I don't think an inexperienced person could. My friend thinks he could. Just had a massive argument.


----------



## ipreferaflan (Oct 8, 2009)

xxstaggyxx said:


> i would pay good money to watch :lol2:


Me too. haha


----------



## Jczreptiles (Sep 1, 2009)

ipreferaflan said:


> I don't think an inexperienced person could. My friend thinks he could. Just had a massive argument.


 Just because you are experienced it does not mean you want to get bitten by a DWA.


----------



## ipreferaflan (Oct 8, 2009)

Jczreptiles said:


> Just because you are experienced it does not mean you want to get bitten by a DWA.


Yes. I know that. Just trying to resolve an argument.


----------



## blood and guts (May 30, 2007)

A experienced person should be aware enough not to get tagged in the first place. But once its grabbed hold there will be real damage, the hand may not come of but it will be a mess.


----------



## Ssthisto (Aug 31, 2006)

ipreferaflan said:


> If a fully-grown dwarf caiman attached itself to your hand, could you prevent it from ripping your hand off by lifting it up and grabbing it?

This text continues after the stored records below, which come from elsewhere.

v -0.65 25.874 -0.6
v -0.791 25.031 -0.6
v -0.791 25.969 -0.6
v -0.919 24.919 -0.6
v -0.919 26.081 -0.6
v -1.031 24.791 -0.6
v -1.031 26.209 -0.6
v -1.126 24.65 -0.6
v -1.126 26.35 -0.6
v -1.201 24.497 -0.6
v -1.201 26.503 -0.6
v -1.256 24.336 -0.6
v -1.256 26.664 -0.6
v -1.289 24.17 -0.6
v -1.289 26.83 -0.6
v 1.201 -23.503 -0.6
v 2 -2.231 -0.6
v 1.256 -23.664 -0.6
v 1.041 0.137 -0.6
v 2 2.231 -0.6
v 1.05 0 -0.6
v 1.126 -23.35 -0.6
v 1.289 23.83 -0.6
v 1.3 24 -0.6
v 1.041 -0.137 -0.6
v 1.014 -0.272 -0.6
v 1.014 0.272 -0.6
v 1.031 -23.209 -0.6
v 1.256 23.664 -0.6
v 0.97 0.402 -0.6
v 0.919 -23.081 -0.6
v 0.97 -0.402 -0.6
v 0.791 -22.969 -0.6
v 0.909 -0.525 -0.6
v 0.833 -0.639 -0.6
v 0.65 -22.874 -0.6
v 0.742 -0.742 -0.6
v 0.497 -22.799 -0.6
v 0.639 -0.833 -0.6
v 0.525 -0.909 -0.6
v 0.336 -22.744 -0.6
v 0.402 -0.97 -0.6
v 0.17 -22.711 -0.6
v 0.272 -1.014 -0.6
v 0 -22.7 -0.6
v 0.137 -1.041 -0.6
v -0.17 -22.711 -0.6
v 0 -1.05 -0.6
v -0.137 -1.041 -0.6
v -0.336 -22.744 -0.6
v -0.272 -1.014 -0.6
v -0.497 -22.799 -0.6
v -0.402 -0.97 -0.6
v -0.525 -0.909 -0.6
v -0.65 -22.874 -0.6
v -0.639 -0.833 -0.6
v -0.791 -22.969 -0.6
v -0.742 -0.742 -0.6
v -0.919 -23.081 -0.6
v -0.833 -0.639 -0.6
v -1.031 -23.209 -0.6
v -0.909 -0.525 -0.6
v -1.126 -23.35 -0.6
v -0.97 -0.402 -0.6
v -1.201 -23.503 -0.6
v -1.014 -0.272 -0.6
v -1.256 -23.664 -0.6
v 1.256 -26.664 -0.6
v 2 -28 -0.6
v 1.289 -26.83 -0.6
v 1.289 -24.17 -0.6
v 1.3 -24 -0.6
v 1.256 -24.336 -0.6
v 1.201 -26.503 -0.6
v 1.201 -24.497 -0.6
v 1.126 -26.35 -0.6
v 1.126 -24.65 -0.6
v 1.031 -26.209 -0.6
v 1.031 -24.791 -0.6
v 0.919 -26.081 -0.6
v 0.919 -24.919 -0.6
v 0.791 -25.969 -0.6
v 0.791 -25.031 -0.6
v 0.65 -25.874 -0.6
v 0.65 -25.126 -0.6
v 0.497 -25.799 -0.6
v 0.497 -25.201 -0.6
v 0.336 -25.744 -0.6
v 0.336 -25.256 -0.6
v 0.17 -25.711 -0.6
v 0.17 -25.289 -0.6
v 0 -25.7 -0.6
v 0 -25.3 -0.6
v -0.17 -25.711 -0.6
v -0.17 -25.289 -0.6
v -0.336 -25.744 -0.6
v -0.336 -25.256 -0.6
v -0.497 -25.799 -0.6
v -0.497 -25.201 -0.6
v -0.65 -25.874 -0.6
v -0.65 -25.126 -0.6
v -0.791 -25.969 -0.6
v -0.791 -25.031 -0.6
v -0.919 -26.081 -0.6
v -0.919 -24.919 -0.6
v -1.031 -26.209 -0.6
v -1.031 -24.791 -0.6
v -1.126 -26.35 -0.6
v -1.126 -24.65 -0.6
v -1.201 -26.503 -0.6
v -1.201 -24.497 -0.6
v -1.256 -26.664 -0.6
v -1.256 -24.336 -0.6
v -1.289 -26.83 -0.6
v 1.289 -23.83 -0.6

I have no experience with caiman.

However, I do have some experience with monitors and tegus.

If you had a determined large reptile attached to your hand, picking it up and trying to hold it with the other hand is more likely to get the other hand hurt than to save the first one. Monitors are terrible for grabbing on and GRINDING - and at least our dinkyNile would take to being grabbed bodily by making even more of an effort to pull a chunk off you.


----------



## jacko1 (Jul 4, 2009)

my spec is only a little 2ft 6 thing and allthough he hasnt bitten me i was sorting the pump in his tank he span round in a warning with his mouth open and 2 teeth ripped the end of my finger open and that was shock enough 

at just over a meter long a full grown dwarf caiman would make a right mess with a propper bit what you have to remember is a meter long crock will have more bight force than a big dog 

so i think your mate would be to buisy shouting his mom and sobing to think if i do this or that it will leve go


----------



## Tehanu (Nov 12, 2006)

A fully grown dwarf caiman isn't going to bite and hold, it is going to swipe your hand to ribbons in one go...


----------



## kingball (Jun 21, 2009)

try it


----------



## ipreferaflan (Oct 8, 2009)

kingball said:


> try it


He said he'd be willing to try.
He'd had a few beers though...

I love the look of dwarf caiman, but I really wouldn't wanna put my hand up against one haha.


----------



## mad martin (Sep 4, 2008)

I have experience with Niles only, but crocodilians are strong. I mean real strong. If an adult crocodilian of any species latches on to your hand there are only two endings really: either the croc lets go, or the hand comes off.


----------



## exoticskeepers (Dec 27, 2009)

As said previously, its not likely to latch, more likely to tear whatever goes into the mouth to bits.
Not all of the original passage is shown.